TASK GOAL = When the line containing "extrude(amount=F1_DEPTH)" appears in the entries below, begin printing there and stop after the line containing "solid = f1.part"; print each of those lines exactly and no other line.

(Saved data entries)
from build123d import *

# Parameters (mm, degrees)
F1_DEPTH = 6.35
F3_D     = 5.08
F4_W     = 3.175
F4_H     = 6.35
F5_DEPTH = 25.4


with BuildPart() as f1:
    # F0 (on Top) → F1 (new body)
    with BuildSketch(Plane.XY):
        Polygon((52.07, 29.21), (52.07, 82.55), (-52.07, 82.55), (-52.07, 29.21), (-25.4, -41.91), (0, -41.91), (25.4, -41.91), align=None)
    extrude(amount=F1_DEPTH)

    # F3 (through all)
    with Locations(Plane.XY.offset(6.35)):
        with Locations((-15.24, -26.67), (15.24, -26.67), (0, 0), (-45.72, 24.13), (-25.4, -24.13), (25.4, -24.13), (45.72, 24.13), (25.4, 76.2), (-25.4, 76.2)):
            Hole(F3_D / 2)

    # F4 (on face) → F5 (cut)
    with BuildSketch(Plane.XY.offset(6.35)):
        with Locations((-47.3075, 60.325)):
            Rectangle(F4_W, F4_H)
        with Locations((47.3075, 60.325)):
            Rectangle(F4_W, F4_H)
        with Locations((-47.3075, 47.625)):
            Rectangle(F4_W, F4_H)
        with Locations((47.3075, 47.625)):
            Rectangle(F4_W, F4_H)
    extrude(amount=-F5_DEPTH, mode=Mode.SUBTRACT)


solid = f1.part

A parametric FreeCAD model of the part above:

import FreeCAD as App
import Part
import Sketcher

V = App.Vector
Q = App.Units.Quantity

doc = App.newDocument("Part")
body = doc.addObject("PartDesign::Body", "Body")

# Sketch on XY plane
sketch1 = body.newObject("Sketcher::SketchObject", "Sketch")
sketch1.AttachmentSupport = (doc.getObject("XY_Plane"), [""])
sketch1.MapMode = "FlatFace"
sketch1.addGeometry(Part.LineSegment(V(52.07, 29.21, 0), V(52.07, 82.55, 0)), False)
sketch1.addGeometry(Part.LineSegment(V(52.07, 82.55, 0), V(-52.07, 82.55, 0)), False)
sketch1.addGeometry(Part.LineSegment(V(-52.07, 82.55, 0), V(-52.07, 29.21, 0)), False)
sketch1.addGeometry(Part.LineSegment(V(-52.07, 29.21, 0), V(-25.4, -41.91, 0)), False)
sketch1.addGeometry(Part.LineSegment(V(-25.4, -41.91, 0), V(25.4, -41.91, 0)), False)
sketch1.addGeometry(Part.LineSegment(V(25.4, -41.91, 0), V(52.07, 29.21, 0)), False)
sketch1.addConstraint(Sketcher.Constraint("Coincident", 0, 2, 1, 1))
sketch1.addConstraint(Sketcher.Constraint("Coincident", 1, 2, 2, 1))
sketch1.addConstraint(Sketcher.Constraint("Coincident", 2, 2, 3, 1))
sketch1.addConstraint(Sketcher.Constraint("Coincident", 3, 2, 4, 1))
sketch1.addConstraint(Sketcher.Constraint("Coincident", 4, 2, 5, 1))
sketch1.addConstraint(Sketcher.Constraint("Coincident", 5, 2, 0, 1))
sketch1.addConstraint(Sketcher.Constraint("Vertical", 0))
sketch1.addConstraint(Sketcher.Constraint("Horizontal", 1))
sketch1.addConstraint(Sketcher.Constraint("Vertical", 2))
sketch1.addConstraint(Sketcher.Constraint("Horizontal", 4))
sketch1.addConstraint(Sketcher.Constraint("Symmetric", 2, 2, 5, 2, -2))
sketch1.addConstraint(Sketcher.Constraint("Equal", 3, 5))
sketch1.addConstraint(Sketcher.Constraint("DistanceX", 4, 1, 4, 2, Q("2 in")))
sketch1.addConstraint(Sketcher.Constraint("DistanceX", 1, 2, 1, 1, Q("4.1 in")))
sketch1.addConstraint(Sketcher.Constraint("DistanceY", 0, 1, 0, 2, Q("2.1 in")))
sketch1.addConstraint(Sketcher.Constraint("DistanceY", 3, 2, 2, 2, Q("2.8 in")))
sketch1.addConstraint(Sketcher.Constraint("DistanceY", -1, 1, 0, 2, Q("3.25 in")))
pad1 = body.newObject("PartDesign::Pad", "Pad")
pad1.Profile = sketch1
pad1.Length = Q("0.25 in")

# Sketch on XY plane
sketch2 = body.newObject("Sketcher::SketchObject", "Sketch001")
sketch2.AttachmentSupport = (doc.getObject("XY_Plane"), [""])
sketch2.MapMode = "FlatFace"
sketch2.AttachmentOffset = App.Placement(V(0, 0, 0.25 * 25.4), App.Rotation())
sketch2.addGeometry(Part.Circle(V(-15.24, -26.67, 0), V(0, 0, 1), 2.54), False)
sketch2.addGeometry(Part.Circle(V(15.24, -26.67, 0), V(0, 0, 1), 2.54), False)
sketch2.addGeometry(Part.Circle(V(0, 0, 0), V(0, 0, 1), 2.54), False)
sketch2.addGeometry(Part.Circle(V(-45.72, 24.13, 0), V(0, 0, 1), 2.54), False)
sketch2.addGeometry(Part.Circle(V(-25.4, -24.13, 0), V(0, 0, 1), 2.54), False)
sketch2.addGeometry(Part.Circle(V(25.4, -24.13, 0), V(0, 0, 1), 2.54), False)
sketch2.addGeometry(Part.Circle(V(45.72, 24.13, 0), V(0, 0, 1), 2.54), False)
sketch2.addGeometry(Part.Circle(V(25.4, 76.2, 0), V(0, 0, 1), 2.54), False)
sketch2.addGeometry(Part.Circle(V(-25.4, 76.2, 0), V(0, 0, 1), 2.54), False)
sketch2.addConstraint(Sketcher.Constraint("Coincident", 2, 3, -1, 1))
sketch2.addConstraint(Sketcher.Constraint("Equal", 0, 1))
sketch2.addConstraint(Sketcher.Constraint("Equal", 1, 2))
sketch2.addConstraint(Sketcher.Constraint("Equal", 2, 3))
sketch2.addConstraint(Sketcher.Constraint("Equal", 3, 4))
sketch2.addConstraint(Sketcher.Constraint("Equal", 4, 5))
sketch2.addConstraint(Sketcher.Constraint("Equal", 5, 6))
sketch2.addConstraint(Sketcher.Constraint("Equal", 6, 7))
sketch2.addConstraint(Sketcher.Constraint("Equal", 7, 8))
sketch2.addConstraint(Sketcher.Constraint("Symmetric", 0, 3, 1, 3, -2))
sketch2.addConstraint(Sketcher.Constraint("Symmetric", 4, 3, 5, 3, -2))
sketch2.addConstraint(Sketcher.Constraint("Symmetric", 3, 3, 6, 3, -2))
sketch2.addConstraint(Sketcher.Constraint("Symmetric", 7, 3, 8, 3, -2))
sketch2.addConstraint(Sketcher.Constraint("Vertical", 5, 3, 7, 3))
sketch2.addConstraint(Sketcher.Constraint("Diameter", 0, Q("0.2 in")))
sketch2.addConstraint(Sketcher.Constraint("DistanceX", 4, 3, -1, 1, Q("1 in")))
sketch2.addConstraint(Sketcher.Constraint("DistanceY", -1, 1, 7, 3, Q("3 in")))
sketch2.addConstraint(Sketcher.Constraint("DistanceY", 0, 3, 3, 3, Q("2 in")))
sketch2.addConstraint(Sketcher.Constraint("DistanceX", 0, 3, -1, 1, Q("0.6 in")))
sketch2.addConstraint(Sketcher.Constraint("DistanceX", 3, 3, -1, 1, Q("1.8 in")))
sketch2.addConstraint(Sketcher.Constraint("DistanceY", 0, 3, 4, 3, Q("0.1 in")))
sketch2.addConstraint(Sketcher.Constraint("DistanceY", 0, 3, -1, 1, Q("1.05 in")))
doc.recompute()
hole = body.newObject("PartDesign::Hole", "Hole")
hole.Profile = sketch2
hole.ThreadType = "None"
hole.Diameter = Q("0.2 in")
hole.DepthType = "ThroughAll"

# Sketch on XY plane
sketch3 = body.newObject("Sketcher::SketchObject", "Sketch002")
sketch3.AttachmentSupport = (doc.getObject("XY_Plane"), [""])
sketch3.MapMode = "FlatFace"
sketch3.AttachmentOffset = App.Placement(V(0, 0, 0.25 * 25.4), App.Rotation())
sketch3.addGeometry(Part.LineSegment(V(-48.895, 63.5, 0), V(-48.895, 57.15, 0)), False)
sketch3.addGeometry(Part.LineSegment(V(-48.895, 57.15, 0), V(-45.72, 57.15, 0)), False)
sketch3.addGeometry(Part.LineSegment(V(-45.72, 57.15, 0), V(-45.72, 63.5, 0)), False)
sketch3.addGeometry(Part.LineSegment(V(-45.72, 63.5, 0), V(-48.895, 63.5, 0)), False)
sketch3.addGeometry(Part.LineSegment(V(45.72, 63.5, 0), V(45.72, 57.15, 0)), False)
sketch3.addGeometry(Part.LineSegment(V(45.72, 57.15, 0), V(48.895, 57.15, 0)), False)
sketch3.addGeometry(Part.LineSegment(V(48.895, 57.15, 0), V(48.895, 63.5, 0)), False)
sketch3.addGeometry(Part.LineSegment(V(48.895, 63.5, 0), V(45.72, 63.5, 0)), False)
sketch3.addGeometry(Part.LineSegment(V(-48.895, 50.8, 0), V(-48.895, 44.45, 0)), False)
sketch3.addGeometry(Part.LineSegment(V(-48.895, 44.45, 0), V(-45.72, 44.45, 0)), False)
sketch3.addGeometry(Part.LineSegment(V(-45.72, 44.45, 0), V(-45.72, 50.8, 0)), False)
sketch3.addGeometry(Part.LineSegment(V(-45.72, 50.8, 0), V(-48.895, 50.8, 0)), False)
sketch3.addGeometry(Part.LineSegment(V(45.72, 50.8, 0), V(45.72, 44.45, 0)), False)
sketch3.addGeometry(Part.LineSegment(V(45.72, 44.45, 0), V(48.895, 44.45, 0)), False)
sketch3.addGeometry(Part.LineSegment(V(48.895, 44.45, 0), V(48.895, 50.8, 0)), False)
sketch3.addGeometry(Part.LineSegment(V(48.895, 50.8, 0), V(45.72, 50.8, 0)), False)
sketch3.addConstraint(Sketcher.Constraint("Coincident", 0, 2, 1, 1))
sketch3.addConstraint(Sketcher.Constraint("Coincident", 1, 2, 2, 1))
sketch3.addConstraint(Sketcher.Constraint("Coincident", 2, 2, 3, 1))
sketch3.addConstraint(Sketcher.Constraint("Coincident", 3, 2, 0, 1))
sketch3.addConstraint(Sketcher.Constraint("Coincident", 4, 2, 5, 1))
sketch3.addConstraint(Sketcher.Constraint("Coincident", 5, 2, 6, 1))
sketch3.addConstraint(Sketcher.Constraint("Coincident", 6, 2, 7, 1))
sketch3.addConstraint(Sketcher.Constraint("Coincident", 7, 2, 4, 1))
sketch3.addConstraint(Sketcher.Constraint("Coincident", 8, 2, 9, 1))
sketch3.addConstraint(Sketcher.Constraint("Coincident", 9, 2, 10, 1))
sketch3.addConstraint(Sketcher.Constraint("Coincident", 10, 2, 11, 1))
sketch3.addConstraint(Sketcher.Constraint("Coincident", 11, 2, 8, 1))
sketch3.addConstraint(Sketcher.Constraint("Coincident", 12, 2, 13, 1))
sketch3.addConstraint(Sketcher.Constraint("Coincident", 13, 2, 14, 1))
sketch3.addConstraint(Sketcher.Constraint("Coincident", 14, 2, 15, 1))
sketch3.addConstraint(Sketcher.Constraint("Coincident", 15, 2, 12, 1))
sketch3.addConstraint(Sketcher.Constraint("Vertical", 0))
sketch3.addConstraint(Sketcher.Constraint("Horizontal", 1))
sketch3.addConstraint(Sketcher.Constraint("Vertical", 2))
sketch3.addConstraint(Sketcher.Constraint("Horizontal", 3))
sketch3.addConstraint(Sketcher.Constraint("Vertical", 4))
sketch3.addConstraint(Sketcher.Constraint("Horizontal", 5))
sketch3.addConstraint(Sketcher.Constraint("Vertical", 6))
sketch3.addConstraint(Sketcher.Constraint("Horizontal", 7))
sketch3.addConstraint(Sketcher.Constraint("Vertical", 8))
sketch3.addConstraint(Sketcher.Constraint("Horizontal", 9))
sketch3.addConstraint(Sketcher.Constraint("Vertical", 10))
sketch3.addConstraint(Sketcher.Constraint("Horizontal", 11))
sketch3.addConstraint(Sketcher.Constraint("Vertical", 12))
sketch3.addConstraint(Sketcher.Constraint("Horizontal", 13))
sketch3.addConstraint(Sketcher.Constraint("Vertical", 14))
sketch3.addConstraint(Sketcher.Constraint("Horizontal", 15))
sketch3.addConstraint(Sketcher.Constraint("Symmetric", 1, 2, 4, 2, -2))
sketch3.addConstraint(Sketcher.Constraint("Symmetric", 3, 2, 6, 2, -2))
sketch3.addConstraint(Sketcher.Constraint("Symmetric", 9, 2, 12, 2, -2))
sketch3.addConstraint(Sketcher.Constraint("Symmetric", 11, 2, 14, 2, -2))
sketch3.addConstraint(Sketcher.Constraint("Vertical", 3, 2, 8, 2))
sketch3.addConstraint(Sketcher.Constraint("Vertical", 2, 2, 9, 2))
sketch3.addConstraint(Sketcher.Constraint("Equal", 6, 8))
sketch3.addConstraint(Sketcher.Constraint("DistanceY", -1, 1, 10, 2, Q("2 in")))
sketch3.addConstraint(Sketcher.Constraint("DistanceY", 0, 2, 0, 1, Q("0.25 in")))
sketch3.addConstraint(Sketcher.Constraint("DistanceX", 1, 2, -1, 1, Q("1.8 in")))
sketch3.addConstraint(Sketcher.Constraint("DistanceY", -1, 1, 2, 2, Q("2.5 in")))
sketch3.addConstraint(Sketcher.Constraint("DistanceX", 1, 1, 1, 2, Q("0.125 in")))
pocket1 = body.newObject("PartDesign::Pocket", "Pocket")
pocket1.Profile = sketch3
pocket1.Length = Q("1 in")

doc.recompute()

ANSWER AREA =
    extrude(amount=F1_DEPTH)

    # F3 (through all)
    with Locations(Plane.XY.offset(6.35)):
        with Locations((-15.24, -26.67), (15.24, -26.67), (0, 0), (-45.72, 24.13), (-25.4, -24.13), (25.4, -24.13), (45.72, 24.13), (25.4, 76.2), (-25.4, 76.2)):
            Hole(F3_D / 2)

    # F4 (on face) → F5 (cut)
    with BuildSketch(Plane.XY.offset(6.35)):
        with Locations((-47.3075, 60.325)):
            Rectangle(F4_W, F4_H)
        with Locations((47.3075, 60.325)):
            Rectangle(F4_W, F4_H)
        with Locations((-47.3075, 47.625)):
            Rectangle(F4_W, F4_H)
        with Locations((47.3075, 47.625)):
            Rectangle(F4_W, F4_H)
    extrude(amount=-F5_DEPTH, mode=Mode.SUBTRACT)


solid = f1.part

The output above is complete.